La semaine précédant la fête, la
maîtresse de maison préparait "la galette de
la frairie", ancêtre de nos galettes Charentaises,
que l'on faisait cuire dans les fours communaux
allumés à cette occasion.
Pendant cette semaine dans toutes les maisons, l'on vous
offrait un morceau de galette accompagné d'un
verre de vin blanc. Le Pineau n'était pas encore
connu... Les enfants en vacances se réunissaient
sur la "chaume", actuelle place de l'église, pour
attendre et voir monter les manèges !! Ils
aidaient quelquefois à monter les manèges,
récompensés par quelques tours gratuits le
jour de la fête.
L'arrivée des manèges était
déjà un spectacle. C'était mon grand
père et mon père qui, avec des chevaux,
allaient chercher les forains à Rouillac. La
montée des lourds chariots dans la côte
derrière l'église était difficile et
l'on demandait l'aide des boeufs à la
propriété de Bel-Air où mon oncle
était régisseur.
Enfin, le grand jour tant attendu arrivait : Le dimanche ! Quelques
copains étrennaient un costume neuf trop grand la première
année mais trop petit les années suivantes, le costume
ne suivant pas la croissance de son porteur... Les filles prenaient
les robes d'été à prédominance rose. Et
l'on arrivait à la fête, rue des platanes, le long du mur
de la Commanderie. On découvrait un jeu de Rampeau, sorte de
jeu de quille qui fut interdit car on y jouait de l'argent !

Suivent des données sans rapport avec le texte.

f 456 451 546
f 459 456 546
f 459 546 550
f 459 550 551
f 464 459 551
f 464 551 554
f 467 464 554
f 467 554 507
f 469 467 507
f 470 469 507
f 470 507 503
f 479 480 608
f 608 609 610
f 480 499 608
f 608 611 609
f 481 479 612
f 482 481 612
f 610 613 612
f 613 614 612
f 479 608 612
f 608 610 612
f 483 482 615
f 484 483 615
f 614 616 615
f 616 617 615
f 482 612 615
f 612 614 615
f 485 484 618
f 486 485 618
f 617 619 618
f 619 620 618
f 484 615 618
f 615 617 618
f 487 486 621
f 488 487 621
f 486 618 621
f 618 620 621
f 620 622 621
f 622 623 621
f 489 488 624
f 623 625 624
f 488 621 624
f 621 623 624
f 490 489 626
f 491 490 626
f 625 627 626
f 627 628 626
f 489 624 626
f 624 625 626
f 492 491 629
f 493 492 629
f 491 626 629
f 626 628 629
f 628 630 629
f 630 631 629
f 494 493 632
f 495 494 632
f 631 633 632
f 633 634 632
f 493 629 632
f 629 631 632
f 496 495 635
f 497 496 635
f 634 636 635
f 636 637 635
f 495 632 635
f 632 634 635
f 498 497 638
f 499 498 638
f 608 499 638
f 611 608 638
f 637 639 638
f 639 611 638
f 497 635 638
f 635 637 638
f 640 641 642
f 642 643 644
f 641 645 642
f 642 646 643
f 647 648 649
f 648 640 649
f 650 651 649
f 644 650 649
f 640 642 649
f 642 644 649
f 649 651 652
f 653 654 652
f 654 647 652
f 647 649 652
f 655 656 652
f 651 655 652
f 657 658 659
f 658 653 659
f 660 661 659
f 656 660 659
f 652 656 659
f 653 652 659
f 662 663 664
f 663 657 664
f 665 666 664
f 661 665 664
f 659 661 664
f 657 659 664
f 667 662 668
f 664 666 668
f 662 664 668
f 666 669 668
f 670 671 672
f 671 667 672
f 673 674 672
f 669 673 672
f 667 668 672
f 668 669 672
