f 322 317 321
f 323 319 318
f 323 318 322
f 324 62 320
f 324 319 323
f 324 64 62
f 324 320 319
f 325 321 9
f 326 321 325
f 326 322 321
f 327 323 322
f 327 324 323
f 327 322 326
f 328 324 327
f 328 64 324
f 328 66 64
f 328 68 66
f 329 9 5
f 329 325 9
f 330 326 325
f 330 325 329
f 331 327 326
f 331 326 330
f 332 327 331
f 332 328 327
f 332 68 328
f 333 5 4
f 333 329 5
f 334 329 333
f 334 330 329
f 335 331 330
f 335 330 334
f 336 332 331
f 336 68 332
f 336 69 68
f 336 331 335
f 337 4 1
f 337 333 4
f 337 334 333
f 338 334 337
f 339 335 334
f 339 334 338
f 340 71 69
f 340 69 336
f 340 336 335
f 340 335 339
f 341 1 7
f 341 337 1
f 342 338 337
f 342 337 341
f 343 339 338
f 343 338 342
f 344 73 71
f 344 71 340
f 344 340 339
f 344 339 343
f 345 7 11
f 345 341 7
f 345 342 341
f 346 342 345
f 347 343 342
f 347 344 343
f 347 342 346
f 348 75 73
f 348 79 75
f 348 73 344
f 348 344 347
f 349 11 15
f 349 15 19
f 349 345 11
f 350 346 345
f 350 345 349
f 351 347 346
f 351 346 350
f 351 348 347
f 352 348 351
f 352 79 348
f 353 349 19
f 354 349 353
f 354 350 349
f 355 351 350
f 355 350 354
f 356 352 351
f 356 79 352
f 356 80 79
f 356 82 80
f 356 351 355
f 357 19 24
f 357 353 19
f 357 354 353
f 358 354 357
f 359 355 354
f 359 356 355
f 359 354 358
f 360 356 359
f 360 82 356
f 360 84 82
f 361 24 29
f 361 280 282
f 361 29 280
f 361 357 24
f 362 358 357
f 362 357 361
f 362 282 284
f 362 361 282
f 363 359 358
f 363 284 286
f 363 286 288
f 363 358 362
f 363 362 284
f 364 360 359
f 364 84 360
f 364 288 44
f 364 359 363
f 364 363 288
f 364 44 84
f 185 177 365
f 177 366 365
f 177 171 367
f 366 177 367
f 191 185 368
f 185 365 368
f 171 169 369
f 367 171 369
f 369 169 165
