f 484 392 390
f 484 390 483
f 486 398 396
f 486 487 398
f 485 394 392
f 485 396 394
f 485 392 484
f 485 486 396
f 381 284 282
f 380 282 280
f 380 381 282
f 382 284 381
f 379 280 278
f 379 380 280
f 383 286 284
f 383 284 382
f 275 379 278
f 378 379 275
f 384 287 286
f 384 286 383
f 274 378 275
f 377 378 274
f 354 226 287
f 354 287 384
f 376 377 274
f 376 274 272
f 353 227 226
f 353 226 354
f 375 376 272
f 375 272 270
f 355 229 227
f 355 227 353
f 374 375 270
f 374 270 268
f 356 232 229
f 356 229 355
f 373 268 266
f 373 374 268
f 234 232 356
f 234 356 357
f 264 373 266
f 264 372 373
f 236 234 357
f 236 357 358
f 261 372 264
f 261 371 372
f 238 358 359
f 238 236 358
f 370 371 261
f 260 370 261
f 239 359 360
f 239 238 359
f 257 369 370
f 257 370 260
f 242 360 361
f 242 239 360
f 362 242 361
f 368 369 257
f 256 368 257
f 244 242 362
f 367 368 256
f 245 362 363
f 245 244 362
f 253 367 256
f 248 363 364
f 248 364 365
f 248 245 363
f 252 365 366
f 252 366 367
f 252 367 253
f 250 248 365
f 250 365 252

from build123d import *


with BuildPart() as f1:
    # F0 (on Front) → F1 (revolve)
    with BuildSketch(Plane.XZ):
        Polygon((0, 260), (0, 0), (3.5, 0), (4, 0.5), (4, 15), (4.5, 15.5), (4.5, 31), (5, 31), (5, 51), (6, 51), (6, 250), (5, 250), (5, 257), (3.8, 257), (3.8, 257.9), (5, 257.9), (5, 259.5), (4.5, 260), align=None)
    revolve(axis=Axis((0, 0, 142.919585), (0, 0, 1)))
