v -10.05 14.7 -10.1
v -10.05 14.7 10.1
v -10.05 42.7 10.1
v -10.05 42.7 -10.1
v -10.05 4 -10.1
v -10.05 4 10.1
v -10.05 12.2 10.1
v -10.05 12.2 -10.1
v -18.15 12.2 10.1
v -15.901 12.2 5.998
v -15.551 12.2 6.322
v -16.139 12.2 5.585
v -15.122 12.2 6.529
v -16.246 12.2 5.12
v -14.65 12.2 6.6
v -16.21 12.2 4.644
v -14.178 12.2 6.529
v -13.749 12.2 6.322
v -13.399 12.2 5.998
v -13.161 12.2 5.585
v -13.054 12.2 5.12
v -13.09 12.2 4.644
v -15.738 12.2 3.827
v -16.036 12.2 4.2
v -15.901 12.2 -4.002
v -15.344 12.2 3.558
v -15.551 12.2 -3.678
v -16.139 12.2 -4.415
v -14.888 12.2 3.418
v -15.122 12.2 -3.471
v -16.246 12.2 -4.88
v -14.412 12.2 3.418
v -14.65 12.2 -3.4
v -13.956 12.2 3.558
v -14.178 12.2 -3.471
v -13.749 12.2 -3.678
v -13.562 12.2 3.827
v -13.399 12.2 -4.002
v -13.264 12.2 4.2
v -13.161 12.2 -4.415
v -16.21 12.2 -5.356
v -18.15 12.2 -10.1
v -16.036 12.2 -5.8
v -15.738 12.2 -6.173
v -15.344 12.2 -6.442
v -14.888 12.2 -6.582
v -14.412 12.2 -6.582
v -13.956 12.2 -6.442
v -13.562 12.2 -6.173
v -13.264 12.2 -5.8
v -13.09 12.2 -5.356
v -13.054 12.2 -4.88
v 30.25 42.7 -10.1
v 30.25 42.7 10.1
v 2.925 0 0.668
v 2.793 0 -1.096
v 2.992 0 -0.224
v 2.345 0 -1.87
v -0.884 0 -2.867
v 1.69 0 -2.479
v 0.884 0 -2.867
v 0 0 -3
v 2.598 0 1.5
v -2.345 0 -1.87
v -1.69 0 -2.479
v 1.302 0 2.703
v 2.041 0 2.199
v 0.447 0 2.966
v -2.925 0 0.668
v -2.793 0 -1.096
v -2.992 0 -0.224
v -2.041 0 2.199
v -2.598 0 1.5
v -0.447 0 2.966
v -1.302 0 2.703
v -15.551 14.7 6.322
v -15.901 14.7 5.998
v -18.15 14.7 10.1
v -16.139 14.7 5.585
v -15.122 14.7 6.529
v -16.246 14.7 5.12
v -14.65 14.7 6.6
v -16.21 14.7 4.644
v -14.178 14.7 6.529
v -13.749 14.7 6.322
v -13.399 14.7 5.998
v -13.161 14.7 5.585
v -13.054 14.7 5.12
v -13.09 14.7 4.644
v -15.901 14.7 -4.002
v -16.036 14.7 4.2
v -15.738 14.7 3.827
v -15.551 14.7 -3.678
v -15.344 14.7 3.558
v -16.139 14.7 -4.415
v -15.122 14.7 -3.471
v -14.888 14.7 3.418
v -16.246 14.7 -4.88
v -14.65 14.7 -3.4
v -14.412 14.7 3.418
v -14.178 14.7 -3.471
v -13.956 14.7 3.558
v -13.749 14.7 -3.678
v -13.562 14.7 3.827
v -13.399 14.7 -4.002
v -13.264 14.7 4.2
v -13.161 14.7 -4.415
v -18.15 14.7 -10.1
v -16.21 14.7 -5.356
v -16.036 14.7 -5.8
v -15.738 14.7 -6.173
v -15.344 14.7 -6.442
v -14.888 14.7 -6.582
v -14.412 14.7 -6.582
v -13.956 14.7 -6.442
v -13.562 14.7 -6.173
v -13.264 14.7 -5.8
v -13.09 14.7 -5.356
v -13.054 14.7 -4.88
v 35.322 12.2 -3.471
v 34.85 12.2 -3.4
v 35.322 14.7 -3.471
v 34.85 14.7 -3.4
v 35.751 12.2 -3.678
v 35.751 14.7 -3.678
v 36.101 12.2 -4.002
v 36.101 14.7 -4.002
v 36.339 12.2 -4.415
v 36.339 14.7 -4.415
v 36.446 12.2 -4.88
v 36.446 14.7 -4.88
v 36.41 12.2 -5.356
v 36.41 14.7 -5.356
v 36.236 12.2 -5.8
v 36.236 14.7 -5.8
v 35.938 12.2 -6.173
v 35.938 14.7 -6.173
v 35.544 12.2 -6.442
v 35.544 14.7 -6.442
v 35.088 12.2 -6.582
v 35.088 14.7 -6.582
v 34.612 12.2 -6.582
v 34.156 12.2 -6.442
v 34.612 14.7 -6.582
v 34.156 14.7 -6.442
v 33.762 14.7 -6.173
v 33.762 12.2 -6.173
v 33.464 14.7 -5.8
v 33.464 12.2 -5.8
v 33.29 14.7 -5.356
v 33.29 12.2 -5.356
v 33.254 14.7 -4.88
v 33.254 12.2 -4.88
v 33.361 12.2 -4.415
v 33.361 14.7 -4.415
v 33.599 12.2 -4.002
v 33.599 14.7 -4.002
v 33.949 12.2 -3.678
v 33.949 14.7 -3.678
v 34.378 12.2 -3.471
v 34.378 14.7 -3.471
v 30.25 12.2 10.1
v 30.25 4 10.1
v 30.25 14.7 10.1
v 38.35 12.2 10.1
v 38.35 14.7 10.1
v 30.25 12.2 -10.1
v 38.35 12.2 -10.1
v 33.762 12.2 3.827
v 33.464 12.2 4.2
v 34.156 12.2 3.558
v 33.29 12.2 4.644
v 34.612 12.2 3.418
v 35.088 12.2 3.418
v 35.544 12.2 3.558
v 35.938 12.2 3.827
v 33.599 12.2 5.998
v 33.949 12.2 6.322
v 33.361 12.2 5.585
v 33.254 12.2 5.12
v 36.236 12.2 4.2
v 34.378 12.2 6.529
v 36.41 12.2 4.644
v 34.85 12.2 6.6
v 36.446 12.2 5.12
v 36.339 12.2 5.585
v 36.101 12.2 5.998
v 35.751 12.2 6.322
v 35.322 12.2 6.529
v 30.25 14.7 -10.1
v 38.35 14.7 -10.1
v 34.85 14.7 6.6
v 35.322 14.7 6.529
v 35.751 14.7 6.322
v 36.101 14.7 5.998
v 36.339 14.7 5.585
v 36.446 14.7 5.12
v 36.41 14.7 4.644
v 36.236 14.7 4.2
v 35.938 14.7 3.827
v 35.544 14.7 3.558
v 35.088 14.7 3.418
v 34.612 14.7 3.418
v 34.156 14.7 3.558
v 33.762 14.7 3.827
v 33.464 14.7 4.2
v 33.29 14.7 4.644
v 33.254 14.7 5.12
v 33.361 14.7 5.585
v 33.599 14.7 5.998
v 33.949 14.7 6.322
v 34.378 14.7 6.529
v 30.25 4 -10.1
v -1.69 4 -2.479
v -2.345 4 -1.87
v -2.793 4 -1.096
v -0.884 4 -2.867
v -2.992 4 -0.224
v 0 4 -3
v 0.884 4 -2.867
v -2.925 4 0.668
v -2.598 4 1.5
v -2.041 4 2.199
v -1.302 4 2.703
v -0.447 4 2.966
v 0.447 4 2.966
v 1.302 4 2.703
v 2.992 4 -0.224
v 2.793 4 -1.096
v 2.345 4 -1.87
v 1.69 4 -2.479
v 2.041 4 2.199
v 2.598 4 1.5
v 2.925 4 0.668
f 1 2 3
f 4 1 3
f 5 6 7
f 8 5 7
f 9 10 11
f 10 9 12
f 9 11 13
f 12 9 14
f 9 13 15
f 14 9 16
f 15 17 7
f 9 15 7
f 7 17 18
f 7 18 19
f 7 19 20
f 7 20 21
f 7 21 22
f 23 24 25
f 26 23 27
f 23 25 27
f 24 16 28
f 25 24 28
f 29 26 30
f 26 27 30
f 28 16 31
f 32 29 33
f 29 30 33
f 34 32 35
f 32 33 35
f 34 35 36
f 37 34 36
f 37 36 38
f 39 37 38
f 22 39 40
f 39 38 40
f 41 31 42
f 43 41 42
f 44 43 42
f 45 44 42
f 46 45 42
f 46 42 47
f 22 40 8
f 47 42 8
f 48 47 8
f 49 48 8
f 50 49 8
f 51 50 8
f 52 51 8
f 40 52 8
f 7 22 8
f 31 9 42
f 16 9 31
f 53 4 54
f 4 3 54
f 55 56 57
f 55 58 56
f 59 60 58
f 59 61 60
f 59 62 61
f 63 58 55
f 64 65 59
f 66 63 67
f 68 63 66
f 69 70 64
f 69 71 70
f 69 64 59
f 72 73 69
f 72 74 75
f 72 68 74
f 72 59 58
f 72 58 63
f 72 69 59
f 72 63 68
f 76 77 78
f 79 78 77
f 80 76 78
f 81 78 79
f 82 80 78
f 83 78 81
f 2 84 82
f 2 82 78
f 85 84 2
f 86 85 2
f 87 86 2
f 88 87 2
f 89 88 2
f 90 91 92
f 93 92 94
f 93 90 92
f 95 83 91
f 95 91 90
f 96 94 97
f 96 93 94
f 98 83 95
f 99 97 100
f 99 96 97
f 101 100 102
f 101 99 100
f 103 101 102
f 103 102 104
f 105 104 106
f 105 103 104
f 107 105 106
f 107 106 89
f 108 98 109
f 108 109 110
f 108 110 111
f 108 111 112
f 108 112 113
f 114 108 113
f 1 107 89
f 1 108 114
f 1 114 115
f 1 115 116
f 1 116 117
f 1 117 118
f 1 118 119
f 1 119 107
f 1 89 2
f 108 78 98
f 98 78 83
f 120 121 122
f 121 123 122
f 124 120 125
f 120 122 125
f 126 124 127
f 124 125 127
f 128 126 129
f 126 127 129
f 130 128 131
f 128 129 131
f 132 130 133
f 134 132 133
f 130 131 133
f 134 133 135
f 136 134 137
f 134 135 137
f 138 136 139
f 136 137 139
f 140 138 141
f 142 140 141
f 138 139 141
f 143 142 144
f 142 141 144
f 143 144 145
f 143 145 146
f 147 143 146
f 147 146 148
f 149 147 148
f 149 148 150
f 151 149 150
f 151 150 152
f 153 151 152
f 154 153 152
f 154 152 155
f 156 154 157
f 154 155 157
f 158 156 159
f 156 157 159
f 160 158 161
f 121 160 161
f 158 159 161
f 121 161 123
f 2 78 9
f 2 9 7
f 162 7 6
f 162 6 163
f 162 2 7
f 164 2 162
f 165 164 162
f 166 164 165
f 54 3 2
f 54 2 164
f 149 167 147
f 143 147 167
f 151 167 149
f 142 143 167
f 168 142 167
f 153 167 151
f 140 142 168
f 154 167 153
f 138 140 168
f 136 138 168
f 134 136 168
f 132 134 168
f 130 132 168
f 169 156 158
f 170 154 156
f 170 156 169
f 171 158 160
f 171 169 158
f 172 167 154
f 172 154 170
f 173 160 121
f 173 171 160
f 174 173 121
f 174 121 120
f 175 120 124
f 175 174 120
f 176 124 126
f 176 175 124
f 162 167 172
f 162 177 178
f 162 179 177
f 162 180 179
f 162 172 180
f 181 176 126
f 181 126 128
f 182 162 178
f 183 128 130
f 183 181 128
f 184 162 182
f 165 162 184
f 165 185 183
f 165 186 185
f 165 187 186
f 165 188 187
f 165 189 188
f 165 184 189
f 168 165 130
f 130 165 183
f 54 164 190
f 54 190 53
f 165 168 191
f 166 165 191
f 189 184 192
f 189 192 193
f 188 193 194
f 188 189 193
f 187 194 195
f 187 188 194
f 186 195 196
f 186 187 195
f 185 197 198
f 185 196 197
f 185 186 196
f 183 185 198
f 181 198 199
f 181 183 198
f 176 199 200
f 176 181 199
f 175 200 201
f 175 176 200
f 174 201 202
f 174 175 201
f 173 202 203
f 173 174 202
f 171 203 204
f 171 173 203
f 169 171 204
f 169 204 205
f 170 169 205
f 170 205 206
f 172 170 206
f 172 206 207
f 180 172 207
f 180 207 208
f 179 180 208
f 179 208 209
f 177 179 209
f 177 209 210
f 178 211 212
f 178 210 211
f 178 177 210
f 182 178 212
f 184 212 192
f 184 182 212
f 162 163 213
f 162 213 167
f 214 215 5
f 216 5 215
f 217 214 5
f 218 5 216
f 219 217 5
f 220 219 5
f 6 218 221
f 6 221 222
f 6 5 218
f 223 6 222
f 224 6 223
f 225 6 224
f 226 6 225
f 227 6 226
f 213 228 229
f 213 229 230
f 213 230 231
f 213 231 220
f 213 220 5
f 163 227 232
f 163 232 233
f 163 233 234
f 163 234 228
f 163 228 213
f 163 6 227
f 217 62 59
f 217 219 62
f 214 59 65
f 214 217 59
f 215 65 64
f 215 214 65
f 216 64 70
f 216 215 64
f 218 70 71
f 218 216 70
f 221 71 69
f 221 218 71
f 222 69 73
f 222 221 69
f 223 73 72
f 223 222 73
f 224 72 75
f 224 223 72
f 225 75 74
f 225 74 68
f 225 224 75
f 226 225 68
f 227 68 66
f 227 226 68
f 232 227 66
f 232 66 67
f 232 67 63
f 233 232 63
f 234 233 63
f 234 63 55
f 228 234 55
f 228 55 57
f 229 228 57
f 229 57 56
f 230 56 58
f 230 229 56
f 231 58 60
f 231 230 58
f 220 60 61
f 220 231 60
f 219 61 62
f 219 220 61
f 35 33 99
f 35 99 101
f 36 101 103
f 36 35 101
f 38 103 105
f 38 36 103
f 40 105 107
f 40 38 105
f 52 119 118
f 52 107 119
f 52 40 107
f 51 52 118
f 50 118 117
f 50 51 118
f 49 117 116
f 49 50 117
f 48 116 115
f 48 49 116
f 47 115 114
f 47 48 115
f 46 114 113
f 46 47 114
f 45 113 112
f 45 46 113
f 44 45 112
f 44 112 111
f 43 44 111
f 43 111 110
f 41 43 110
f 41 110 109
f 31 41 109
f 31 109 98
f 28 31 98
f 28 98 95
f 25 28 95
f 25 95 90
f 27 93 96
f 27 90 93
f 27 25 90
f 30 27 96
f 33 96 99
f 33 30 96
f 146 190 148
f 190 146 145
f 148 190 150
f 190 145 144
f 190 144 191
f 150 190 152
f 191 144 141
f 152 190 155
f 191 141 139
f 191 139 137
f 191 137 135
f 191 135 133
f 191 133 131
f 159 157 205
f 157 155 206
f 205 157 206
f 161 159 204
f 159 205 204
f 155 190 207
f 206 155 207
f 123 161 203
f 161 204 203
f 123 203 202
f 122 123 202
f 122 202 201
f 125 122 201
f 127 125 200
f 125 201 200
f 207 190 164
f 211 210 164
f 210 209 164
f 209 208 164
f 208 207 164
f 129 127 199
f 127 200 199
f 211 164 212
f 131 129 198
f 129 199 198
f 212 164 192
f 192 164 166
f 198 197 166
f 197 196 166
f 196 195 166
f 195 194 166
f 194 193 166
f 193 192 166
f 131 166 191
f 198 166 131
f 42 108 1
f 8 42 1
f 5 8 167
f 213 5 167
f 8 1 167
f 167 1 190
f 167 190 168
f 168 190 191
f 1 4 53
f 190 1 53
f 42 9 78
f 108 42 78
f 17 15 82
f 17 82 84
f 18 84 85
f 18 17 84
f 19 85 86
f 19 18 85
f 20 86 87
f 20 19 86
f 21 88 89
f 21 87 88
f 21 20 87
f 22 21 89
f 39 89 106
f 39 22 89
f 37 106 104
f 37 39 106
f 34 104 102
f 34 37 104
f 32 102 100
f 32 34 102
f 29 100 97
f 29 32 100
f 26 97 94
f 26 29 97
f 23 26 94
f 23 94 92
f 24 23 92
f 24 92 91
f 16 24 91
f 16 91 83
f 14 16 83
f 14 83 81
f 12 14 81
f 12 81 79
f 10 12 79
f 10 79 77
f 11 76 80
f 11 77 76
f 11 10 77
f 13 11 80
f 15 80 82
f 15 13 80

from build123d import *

# Parameters (mm, degrees)
CASE_SKETCH_W      = 40.3
CASE_SKETCH_H      = 38.7
CASE_2_DEPTH       = 10.1
TABS_SKETCH_W      = 8.1
TABS_SKETCH_H      = 2.5
TABS_DEPTH         = 10.1
SHAFT_SKETCH_W     = 3
SHAFT_SKETCH_H     = 4
TAB_HOLES_SKETCH_R = 1.6
TAB_HOLES_DEPTH    = 52.7


with BuildPart() as part:
    # Case Sketch → Case 2 (new, symmetric)
    with BuildSketch(Plane.XY):
        with Locations((10.1, 23.35)):
            Rectangle(CASE_SKETCH_W, CASE_SKETCH_H)
    extrude(amount=CASE_2_DEPTH, both=True)

    # Tabs Sketch → Tabs (add, symmetric)
    with BuildSketch(Plane.XY):
        with Locations((-14.1, 13.45)):
            Rectangle(TABS_SKETCH_W, TABS_SKETCH_H)
        with Locations((34.3, 13.45)):
            Rectangle(TABS_SKETCH_W, TABS_SKETCH_H)
    extrude(amount=TABS_DEPTH, both=True)

    # Shaft Sketch → Shaft (revolve)
    with BuildSketch(Plane.XY):
        with Locations((1.5, 2)):
            Rectangle(SHAFT_SKETCH_W, SHAFT_SKETCH_H)
    revolve(axis=Axis((0, -500, 0), (0, 1, 0)))

    # Tab Holes Sketch → Tab Holes (cut, symmetric)
    with BuildSketch(Plane(origin=(0, 0, 0), x_dir=(1, 0, 0), z_dir=(0, 1, 0))):
        with Locations((-14.65, -5)):
            Circle(TAB_HOLES_SKETCH_R)
        with Locations((-14.65, 5)):
            Circle(TAB_HOLES_SKETCH_R)
        with Locations((34.85, -5)):
            Circle(TAB_HOLES_SKETCH_R)
        with Locations((34.85, 5)):
            Circle(TAB_HOLES_SKETCH_R)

Le bal se tenait en face, dans ce qui est le garage des
Dumas... On y dansait valses, polka, javas one step au
son d'un orchestre avec jazz, nouveauté
apportée par les soldats Américains venus
faire la fin de la guerre 14-18. Il y avait aussi les
quadrilles et après chaque danse, le cavalier
offrait un rafraîchissement à sa
cavalière. Mais il fallait obtenir l'accord des
mères toujours présentes. Une fille venant
au bal seule se faisait remarquer. Autres temps, autres
moeurs... A la fin du bal, on raccompagnait mère
et fille chez elles et l'on était parfois
invité à réveillonner. Grillons et
jambon faisaient les frais de ce casse-croûte.
Mais revenons aux attractions sur la place.
Manèges, chevaux de bois, pousse-pousse,
balançoires, tirs et loteries attiraient de
nombreux visiteurs, notre fête étant dans
les premières de l'année. Vers 1925,
première course cycliste Boutiers-Saintes et
retour...
La frairie ne durait qu'une seule journée et
dès le lundi matin, les adultes reprenaient le
travail, et nous, le chemin de l'école ...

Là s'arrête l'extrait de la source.